The Firefox plugin Html Validator solves this need quite well. It shows me a little icon to tell me how the page is validating. At anytime, I can "View Page Source" to see the warnings and errors. Html Validator works by embedding Tidy in the extension. Although the work flow isn't nearly as streamlined, I also like Offline Page Validator. It's a plugin that simply loads the W3C validator with the source of the current page. This is nice because it uses the W3C validator, but it takes work to right click and select "Validate Page". Nonetheless, it has the additional benefit that it's a rather simple plugin, whereas Html Validator actually has a compiled copy of Tidy in it.

In summary, Genshi lets me switch between HTML and XHTML with a simple configuration change, and Html Validator lets me see if the page is validating correctly just by looking at an icon.

Happy validating!


Ian Bicking said...

paste.debug.wdg_validate runs all your pages through a validator (something you would do during development), using the (unfortunately rather old) wdg validator command-line script. Doing that with Tidy as well might also be nice. I don't know if it's better than an extension really, but it's there if you are interested.

Shannon -jj Behrens said...

Thanks, Ian.

I knew about paste.debug.wdg_validate, but I opted to use a Firefox extension so as not to create an addition dependency for other developers.

It's also nice to have the extension for cases when I'm not using Paste, although that doesn't happen as much these days ;)

Patrick Corcoran said...

Hi JJ,

HTML4 Trans written in XHTML is exactly what I'm recommending in my book. (You must have Googled "why not to use xhtml", eh?)
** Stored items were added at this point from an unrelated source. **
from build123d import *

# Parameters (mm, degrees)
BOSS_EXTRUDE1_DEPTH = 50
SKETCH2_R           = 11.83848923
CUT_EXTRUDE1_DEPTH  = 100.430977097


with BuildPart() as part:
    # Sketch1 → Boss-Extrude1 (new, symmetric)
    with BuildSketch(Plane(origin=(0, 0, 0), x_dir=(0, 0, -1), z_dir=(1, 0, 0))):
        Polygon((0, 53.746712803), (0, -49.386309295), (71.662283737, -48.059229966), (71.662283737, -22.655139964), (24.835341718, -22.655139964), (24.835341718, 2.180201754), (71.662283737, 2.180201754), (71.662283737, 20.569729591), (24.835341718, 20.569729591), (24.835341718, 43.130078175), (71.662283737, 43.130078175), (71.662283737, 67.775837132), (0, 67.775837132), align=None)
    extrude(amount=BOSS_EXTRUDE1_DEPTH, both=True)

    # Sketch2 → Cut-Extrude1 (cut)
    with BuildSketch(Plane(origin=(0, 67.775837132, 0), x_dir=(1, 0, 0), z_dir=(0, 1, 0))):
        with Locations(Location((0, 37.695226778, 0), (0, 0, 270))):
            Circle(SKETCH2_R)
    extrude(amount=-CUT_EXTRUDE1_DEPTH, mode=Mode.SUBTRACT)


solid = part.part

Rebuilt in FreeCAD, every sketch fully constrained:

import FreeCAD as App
import Part
import Sketcher

V = App.Vector

doc = App.newDocument("Part")
body = doc.addObject("PartDesign::Body", "Body")

sketch1 = body.newObject("Sketcher::SketchObject", "Sketch")
sketch1.AttachmentSupport = (doc.getObject("YZ_Plane"), [""])
sketch1.MapMode = "FlatFace"
sketch1.addGeometry(Part.LineSegment(V(-49.386309, 0, 0), V(-48.05923, -71.662284, 0)), False)
sketch1.addGeometry(Part.LineSegment(V(-48.05923, -71.662284, 0), V(-22.65514, -71.662284, 0)), False)
sketch1.addGeometry(Part.LineSegment(V(-22.65514, -71.662284, 0), V(-22.65514, -24.835342, 0)), False)
sketch1.addGeometry(Part.LineSegment(V(-22.65514, -24.835342, 0), V(2.180202, -24.835342, 0)), False)
sketch1.addGeometry(Part.LineSegment(V(2.180202, -24.835342, 0), V(2.180202, -71.662284, 0)), False)
sketch1.addGeometry(Part.LineSegment(V(2.180202, -71.662284, 0), V(20.56973, -71.662284, 0)), False)
sketch1.addGeometry(Part.LineSegment(V(20.56973, -71.662284, 0), V(20.56973, -24.835342, 0)), False)
sketch1.addGeometry(Part.LineSegment(V(20.56973, -24.835342, 0), V(43.130078, -24.835342, 0)), False)
sketch1.addGeometry(Part.LineSegment(V(43.130078, -24.835342, 0), V(43.130078, -71.662284, 0)), False)
sketch1.addGeometry(Part.LineSegment(V(43.130078, -71.662284, 0), V(67.775837, -71.662284, 0)), False)
sketch1.addGeometry(Part.LineSegment(V(67.775837, -71.662284, 0), V(67.775837, 0, 0)), False)
sketch1.addGeometry(Part.LineSegment(V(67.775837, 0, 0), V(-49.386309, 0, 0)), False)
sketch1.addConstraint(Sketcher.Constraint("Coincident", 0, 2, 1, 1))
sketch1.addConstraint(Sketcher.Constraint("Coincident", 1, 2, 2, 1))
sketch1.addConstraint(Sketcher.Constraint("Coincident", 2, 2, 3, 1))
sketch1.addConstraint(Sketcher.Constraint("Coincident", 3, 2, 4, 1))
sketch1.addConstraint(Sketcher.Constraint("Coincident", 4, 2, 5, 1))
sketch1.addConstraint(Sketcher.Constraint("Coincident", 5, 2, 6, 1))
sketch1.addConstraint(Sketcher.Constraint("Coincident", 6, 2, 7, 1))
sketch1.addConstraint(Sketcher.Constraint("Coincident", 7, 2, 8, 1))
sketch1.addConstraint(Sketcher.Constraint("Coincident", 8, 2, 9, 1))
sketch1.addConstraint(Sketcher.Constraint("Coincident", 9, 2, 10, 1))
sketch1.addConstraint(Sketcher.Constraint("Coincident", 10, 2, 11, 1))
sketch1.addConstraint(Sketcher.Constraint("Coincident", 11, 2, 0, 1))
sketch1.addConstraint(Sketcher.Constraint("Horizontal", 1))
sketch1.addConstraint(Sketcher.Constraint("Vertical", 2))
sketch1.addConstraint(Sketcher.Constraint("Horizontal", 3))
sketch1.addConstraint(Sketcher.Constraint("Vertical", 4))
sketch1.addConstraint(Sketcher.Constraint("Horizontal", 5))
sketch1.addConstraint(Sketcher.Constraint("Vertical", 6))
sketch1.addConstraint(Sketcher.Constraint("Horizontal", 7))
sketch1.addConstraint(Sketcher.Constraint("Vertical", 8))
sketch1.addConstraint(Sketcher.Constraint("Horizontal", 9))
sketch1.addConstraint(Sketcher.Constraint("Vertical", 10))
sketch1.addConstraint(Sketcher.Constraint("Horizontal", 11))
sketch1.addConstraint(Sketcher.Constraint("PointOnObject", 10, 2, -1))
sketch1.addConstraint(Sketcher.Constraint("Horizontal", 1, 2, 4, 2))
sketch1.addConstraint(Sketcher.Constraint("Horizontal", 3, 2, 6, 2))
sketch1.addConstraint(Sketcher.Constraint("Horizontal", 5, 2, 8, 2))
sketch1.addConstraint(Sketcher.Constraint("DistanceX", 1, 1, 1, 2, 25.40409))
sketch1.addConstraint(Sketcher.Constraint("DistanceX", 3, 1, 3, 2, 24.835342))
sketch1.addConstraint(Sketcher.Constraint("DistanceX", 7, 1, 7, 2, 22.560349))
sketch1.addConstraint(Sketcher.Constraint("DistanceX", 9, 1, 9, 2, 24.645759))
sketch1.addConstraint(Sketcher.Constraint("DistanceX", -1, 1, 3, 2, 2.180202))
sketch1.addConstraint(Sketcher.Constraint("Distance", 0, 71.67457))
sketch1.addConstraint(Sketcher.Constraint("DistanceX", 5, 1, 5, 2, 18.389528))
sketch1.addConstraint(Sketcher.Constraint("DistanceX", 11, 2, 11, 1, 117.162146))
sketch1.addConstraint(Sketcher.Constraint("DistanceY", 2, 1, 2, 2, 46.826942))
pad1 = body.newObject("PartDesign::Pad", "Pad")
pad1.Profile = sketch1
pad1.Length = 100
pad1.Midplane = True

sketch2 = body.newObject("Sketcher::SketchObject", "Sketch001")
sketch2.AttachmentSupport = (doc.getObject("XZ_Plane"), [""])
sketch2.MapMode = "FlatFace"
sketch2.AttachmentOffset = App.Placement(V(0, 0, -67.775837), App.Rotation())
sketch2.addGeometry(Part.Circle(V(0, -37.695227, 0), V(0, 0, 1), 11.838489), False)
sketch2.addConstraint(Sketcher.Constraint("PointOnObject", 0, 3, -2))
sketch2.addConstraint(Sketcher.Constraint("Diameter", 0, 23.676978))
sketch2.addConstraint(Sketcher.Constraint("DistanceY", 0, 3, -1, 1, 37.695227))
pocket1 = body.newObject("PartDesign::Pocket", "Pocket")
pocket1.Profile = sketch2
pocket1.Length = 100.430977
pocket1.Reversed = True

doc.recompute()
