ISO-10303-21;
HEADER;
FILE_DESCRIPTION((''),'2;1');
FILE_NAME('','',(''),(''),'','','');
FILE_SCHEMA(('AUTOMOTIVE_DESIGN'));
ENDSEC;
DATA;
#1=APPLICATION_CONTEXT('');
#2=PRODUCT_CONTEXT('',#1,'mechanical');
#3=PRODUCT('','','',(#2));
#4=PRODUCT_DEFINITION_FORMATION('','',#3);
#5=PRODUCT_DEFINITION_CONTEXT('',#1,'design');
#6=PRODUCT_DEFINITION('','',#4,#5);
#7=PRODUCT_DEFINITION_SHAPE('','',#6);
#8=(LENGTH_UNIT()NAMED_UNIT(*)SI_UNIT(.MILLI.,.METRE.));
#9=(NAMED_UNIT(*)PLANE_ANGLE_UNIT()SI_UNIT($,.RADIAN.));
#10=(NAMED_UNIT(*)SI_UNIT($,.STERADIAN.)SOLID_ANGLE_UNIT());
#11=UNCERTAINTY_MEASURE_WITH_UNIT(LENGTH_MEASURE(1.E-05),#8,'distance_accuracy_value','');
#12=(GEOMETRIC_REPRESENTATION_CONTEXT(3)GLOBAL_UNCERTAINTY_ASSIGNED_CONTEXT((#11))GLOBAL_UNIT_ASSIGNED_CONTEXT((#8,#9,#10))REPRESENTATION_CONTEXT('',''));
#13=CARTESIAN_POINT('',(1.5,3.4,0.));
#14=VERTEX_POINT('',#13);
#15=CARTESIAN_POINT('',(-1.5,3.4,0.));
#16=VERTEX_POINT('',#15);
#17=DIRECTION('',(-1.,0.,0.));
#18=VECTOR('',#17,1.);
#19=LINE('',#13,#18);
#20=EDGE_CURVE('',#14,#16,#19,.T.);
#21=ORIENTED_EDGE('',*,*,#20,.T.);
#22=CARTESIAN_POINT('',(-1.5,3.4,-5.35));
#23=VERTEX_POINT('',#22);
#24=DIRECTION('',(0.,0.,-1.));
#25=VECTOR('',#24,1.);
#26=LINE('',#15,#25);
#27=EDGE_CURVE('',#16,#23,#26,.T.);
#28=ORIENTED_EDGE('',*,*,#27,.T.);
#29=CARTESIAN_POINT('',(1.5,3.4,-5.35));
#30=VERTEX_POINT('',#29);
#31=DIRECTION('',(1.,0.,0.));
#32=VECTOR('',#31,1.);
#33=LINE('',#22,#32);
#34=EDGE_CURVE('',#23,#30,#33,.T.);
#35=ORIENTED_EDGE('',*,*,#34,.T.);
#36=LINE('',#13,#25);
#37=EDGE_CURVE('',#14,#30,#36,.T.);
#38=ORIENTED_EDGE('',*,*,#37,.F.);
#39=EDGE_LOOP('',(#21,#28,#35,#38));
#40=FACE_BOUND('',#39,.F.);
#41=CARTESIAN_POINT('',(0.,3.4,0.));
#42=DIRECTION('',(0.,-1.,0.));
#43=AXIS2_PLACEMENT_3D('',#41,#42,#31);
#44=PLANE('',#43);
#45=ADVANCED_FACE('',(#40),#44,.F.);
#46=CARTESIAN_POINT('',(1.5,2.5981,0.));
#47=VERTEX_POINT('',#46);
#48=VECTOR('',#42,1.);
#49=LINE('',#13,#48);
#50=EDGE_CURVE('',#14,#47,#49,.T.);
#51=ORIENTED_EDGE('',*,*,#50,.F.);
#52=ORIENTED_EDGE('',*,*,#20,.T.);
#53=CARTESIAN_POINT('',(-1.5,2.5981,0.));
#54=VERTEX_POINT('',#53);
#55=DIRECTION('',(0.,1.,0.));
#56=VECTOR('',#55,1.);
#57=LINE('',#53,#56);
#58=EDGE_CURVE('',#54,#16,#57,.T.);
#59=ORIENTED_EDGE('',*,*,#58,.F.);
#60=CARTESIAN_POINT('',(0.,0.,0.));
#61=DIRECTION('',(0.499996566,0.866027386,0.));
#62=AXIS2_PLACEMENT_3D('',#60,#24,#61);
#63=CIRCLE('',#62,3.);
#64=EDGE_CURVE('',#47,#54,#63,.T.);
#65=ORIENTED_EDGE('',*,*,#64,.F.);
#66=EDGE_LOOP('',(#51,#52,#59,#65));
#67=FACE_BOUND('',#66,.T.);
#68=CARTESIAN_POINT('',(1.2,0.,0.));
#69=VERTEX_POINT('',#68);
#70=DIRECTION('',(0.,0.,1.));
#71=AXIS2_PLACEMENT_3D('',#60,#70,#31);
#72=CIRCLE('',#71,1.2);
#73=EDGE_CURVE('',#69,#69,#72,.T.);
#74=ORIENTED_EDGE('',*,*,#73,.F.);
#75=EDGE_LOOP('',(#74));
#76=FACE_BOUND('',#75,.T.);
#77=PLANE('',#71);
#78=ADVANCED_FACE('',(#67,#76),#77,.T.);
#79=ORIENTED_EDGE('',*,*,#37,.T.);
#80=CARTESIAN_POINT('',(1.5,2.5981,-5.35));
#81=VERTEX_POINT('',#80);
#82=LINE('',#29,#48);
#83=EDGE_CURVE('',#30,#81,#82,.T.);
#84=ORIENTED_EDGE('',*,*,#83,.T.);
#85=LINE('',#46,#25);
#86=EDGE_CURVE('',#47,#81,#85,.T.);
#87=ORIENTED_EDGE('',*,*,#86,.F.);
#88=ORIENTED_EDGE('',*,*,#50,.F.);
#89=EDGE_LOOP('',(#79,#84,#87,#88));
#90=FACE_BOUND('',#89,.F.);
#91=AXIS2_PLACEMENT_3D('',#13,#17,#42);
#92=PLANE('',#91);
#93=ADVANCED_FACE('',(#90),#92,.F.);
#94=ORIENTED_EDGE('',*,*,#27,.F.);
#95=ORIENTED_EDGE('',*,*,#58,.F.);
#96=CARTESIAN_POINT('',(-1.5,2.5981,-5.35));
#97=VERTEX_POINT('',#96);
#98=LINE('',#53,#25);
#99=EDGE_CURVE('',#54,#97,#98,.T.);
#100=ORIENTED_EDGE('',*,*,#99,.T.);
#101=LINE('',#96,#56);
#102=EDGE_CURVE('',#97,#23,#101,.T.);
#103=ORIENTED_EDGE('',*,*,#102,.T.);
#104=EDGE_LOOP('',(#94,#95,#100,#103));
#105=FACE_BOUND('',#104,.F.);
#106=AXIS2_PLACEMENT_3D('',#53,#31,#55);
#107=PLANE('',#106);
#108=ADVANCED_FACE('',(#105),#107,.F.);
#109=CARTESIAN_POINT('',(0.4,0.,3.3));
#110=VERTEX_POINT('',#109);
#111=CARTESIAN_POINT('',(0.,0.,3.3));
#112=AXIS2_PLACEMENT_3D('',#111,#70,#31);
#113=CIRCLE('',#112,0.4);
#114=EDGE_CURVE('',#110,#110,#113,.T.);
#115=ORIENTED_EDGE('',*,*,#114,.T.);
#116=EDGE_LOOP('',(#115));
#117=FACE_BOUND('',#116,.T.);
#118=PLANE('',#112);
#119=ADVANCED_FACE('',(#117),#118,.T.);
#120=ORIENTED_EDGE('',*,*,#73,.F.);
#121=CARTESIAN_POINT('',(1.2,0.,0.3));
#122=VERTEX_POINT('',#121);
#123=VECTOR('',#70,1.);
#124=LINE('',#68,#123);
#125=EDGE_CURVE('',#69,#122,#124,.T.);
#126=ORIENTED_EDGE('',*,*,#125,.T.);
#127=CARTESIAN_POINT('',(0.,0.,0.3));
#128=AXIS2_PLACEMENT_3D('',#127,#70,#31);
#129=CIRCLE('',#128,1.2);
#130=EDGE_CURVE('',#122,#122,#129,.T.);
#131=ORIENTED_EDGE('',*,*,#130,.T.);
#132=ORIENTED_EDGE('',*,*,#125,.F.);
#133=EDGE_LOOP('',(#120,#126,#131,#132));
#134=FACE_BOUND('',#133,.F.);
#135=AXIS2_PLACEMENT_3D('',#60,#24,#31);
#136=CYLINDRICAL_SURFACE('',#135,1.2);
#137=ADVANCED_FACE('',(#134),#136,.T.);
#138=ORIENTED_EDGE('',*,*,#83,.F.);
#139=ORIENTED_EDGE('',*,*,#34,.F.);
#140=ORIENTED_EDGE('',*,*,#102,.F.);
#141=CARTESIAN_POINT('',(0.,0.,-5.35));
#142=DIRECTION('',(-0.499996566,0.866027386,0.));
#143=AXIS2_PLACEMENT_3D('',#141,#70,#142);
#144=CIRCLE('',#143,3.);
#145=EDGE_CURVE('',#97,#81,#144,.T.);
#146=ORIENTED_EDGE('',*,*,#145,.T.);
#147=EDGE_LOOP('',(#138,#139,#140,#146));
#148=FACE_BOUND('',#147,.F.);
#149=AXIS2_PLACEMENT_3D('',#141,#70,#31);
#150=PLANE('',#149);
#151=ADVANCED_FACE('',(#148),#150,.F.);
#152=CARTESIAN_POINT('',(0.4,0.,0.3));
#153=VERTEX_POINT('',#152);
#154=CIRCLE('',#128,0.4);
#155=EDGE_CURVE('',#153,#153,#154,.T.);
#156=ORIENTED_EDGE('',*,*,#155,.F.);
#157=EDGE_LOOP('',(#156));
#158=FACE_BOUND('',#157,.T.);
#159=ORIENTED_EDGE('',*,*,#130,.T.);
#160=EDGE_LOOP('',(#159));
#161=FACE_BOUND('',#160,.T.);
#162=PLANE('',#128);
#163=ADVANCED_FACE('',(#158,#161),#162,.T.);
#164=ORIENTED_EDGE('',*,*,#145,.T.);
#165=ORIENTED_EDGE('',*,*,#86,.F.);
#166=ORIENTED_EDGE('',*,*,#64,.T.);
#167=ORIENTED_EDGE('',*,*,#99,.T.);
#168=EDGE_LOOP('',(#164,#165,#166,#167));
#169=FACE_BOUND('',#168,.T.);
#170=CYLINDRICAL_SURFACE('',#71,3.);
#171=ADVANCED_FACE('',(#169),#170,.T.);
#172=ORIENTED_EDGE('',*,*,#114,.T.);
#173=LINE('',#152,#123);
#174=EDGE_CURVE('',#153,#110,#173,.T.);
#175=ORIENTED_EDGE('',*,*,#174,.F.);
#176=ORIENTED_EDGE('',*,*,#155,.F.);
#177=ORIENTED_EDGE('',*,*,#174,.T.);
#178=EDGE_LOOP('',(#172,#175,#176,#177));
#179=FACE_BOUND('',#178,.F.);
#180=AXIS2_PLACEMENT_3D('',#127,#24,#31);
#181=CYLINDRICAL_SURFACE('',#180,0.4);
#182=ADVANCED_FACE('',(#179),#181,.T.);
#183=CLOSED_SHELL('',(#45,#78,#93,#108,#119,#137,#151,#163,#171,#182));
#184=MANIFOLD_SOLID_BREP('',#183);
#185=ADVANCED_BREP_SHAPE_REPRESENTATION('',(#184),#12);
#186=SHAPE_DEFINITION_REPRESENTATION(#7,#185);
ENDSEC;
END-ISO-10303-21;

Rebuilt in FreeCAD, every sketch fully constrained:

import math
import FreeCAD as App
import Part
import Sketcher

doc = App.newDocument("Part")
body = doc.addObject("PartDesign::Body", "Body")

sketch1 = body.newObject("Sketcher::SketchObject", "Sketch")
sketch1.AttachmentSupport = (doc.getObject("XY_Plane"), [""])
sketch1.MapMode = "FlatFace"
sketch1.addGeometry([
    Part.LineSegment(App.Vector(1.5, 2.6, 0), App.Vector(1.5, 3.4, 0)),
    Part.LineSegment(App.Vector(1.5, 3.4, 0), App.Vector(-1.5, 3.4, 0)),
    Part.LineSegment(App.Vector(-1.5, 3.4, 0), App.Vector(-1.5, 2.6, 0)),
    Part.ArcOfCircle(Part.Circle(App.Vector(0, 0, 0), App.Vector(0, 0, 1), 3), math.radians(120), math.radians(420)),
], False)
sketch1.addConstraint([
    Sketcher.Constraint("Coincident", 0, 2, 1, 1),
    Sketcher.Constraint("Coincident", 1, 2, 2, 1),
    Sketcher.Constraint("Coincident", 2, 2, 3, 1),
    Sketcher.Constraint("Coincident", 3, 2, 0, 1),
    Sketcher.Constraint("Vertical", 0),
    Sketcher.Constraint("Horizontal", 1),
    Sketcher.Constraint("Vertical", 2),
    Sketcher.Constraint("Coincident", 3, 3, -1, 1),
    Sketcher.Constraint("Horizontal", 2, 2, 3, 2),
    Sketcher.Constraint("Radius", 3, 3.0),
    Sketcher.Constraint("DistanceX", 1, 2, 1, 1, 3.0),
    Sketcher.Constraint("DistanceY", -1, 1, 0, 2, 3.4),
])
pad1 = body.newObject("PartDesign::Pad", "Pad")
pad1.Profile = sketch1
pad1.Length = 5.35
pad1.Reversed = True

sketch2 = body.newObject("Sketcher::SketchObject", "Sketch001")
sketch2.AttachmentSupport = (doc.getObject("XY_Plane"), [""])
sketch2.MapMode = "FlatFace"
sketch2.addGeometry(Part.Circle(App.Vector(0, 0, 0), App.Vector(0, 0, 1), 1.2), False)
sketch2.addConstraint([
    Sketcher.Constraint("Coincident", 0, 3, -1, 1),
    Sketcher.Constraint("Diameter", 0, 2.4),
])
pad2 = body.newObject("PartDesign::Pad", "Pad001")
pad2.Profile = sketch2
pad2.Length = 0.3

sketch3 = body.newObject("Sketcher::SketchObject", "Sketch002")
sketch3.AttachmentSupport = (doc.getObject("XY_Plane"), [""])
sketch3.MapMode = "FlatFace"
sketch3.AttachmentOffset = App.Placement(App.Vector(0, 0, 0.3), App.Rotation())
sketch3.addGeometry(Part.Circle(App.Vector(0, 0, 0), App.Vector(0, 0, 1), 0.4), False)
sketch3.addConstraint([
    Sketcher.Constraint("Coincident", 0, 3, -1, 1),
    Sketcher.Constraint("Diameter", 0, 0.8),
])
pad3 = body.newObject("PartDesign::Pad", "Pad002")
pad3.Profile = sketch3
pad3.Length = 3

doc.recompute()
As far as validating goes, I use the Web Developer extension. It validates the page with every reload, running it against the W3C's validator, or whichever validator you choose to replace it with. And it displays the results as an icon+button, with the button taking you straight to the W3C page telling you what you failed. (It does the same thing for CSS too.)

Shannon -jj Behrens said...

> HTML4 Trans written in XHTML is exactly what I'm recommending in my book.

Actually, it's more subtle than that. I write XHTML, but Genshi converts it into HTML4 on the fly! The link in my post talks about why.

> As far as validating goes, I use the Web Developer extension. It validates the page with every reload

Are you sure? I just removed an alt tag from one of my images, and I still get a green check mark.

Shannon -jj Behrens said...

Patrick Corcoran, by the way, thanks for reading! ;)

Patrick Corcoran said...


I too have noticed that the web dev toolbar extension doesn't update as frequently as with every reload. (I guess I was knowingly exaggerating :)

It does update eventually, though, making it good enough for keeping an eye on stuff over the long term without having to do explicit validation. And of course, on-demand validation is always current.

It doesn't validate DHTML though, which is too bad. I had a bug on a page yesterday because my JavsScript was writing in css positioning values without specifying 'px'. I wish the extension could check validation based upon the dynamically-generated DOM representation, not just the initial source code.

Patrick Corcoran said...

Oh, and one more OT thing: captchas are frigging stupid software design.

Why can't they validate me by making sure the DOM events I generate are consistent with a human??


if num-keystrokes < post-length and no-paste-event
if not has-mouse-moved and not-tab-key-pressed
if time-on-page < minimum-human-time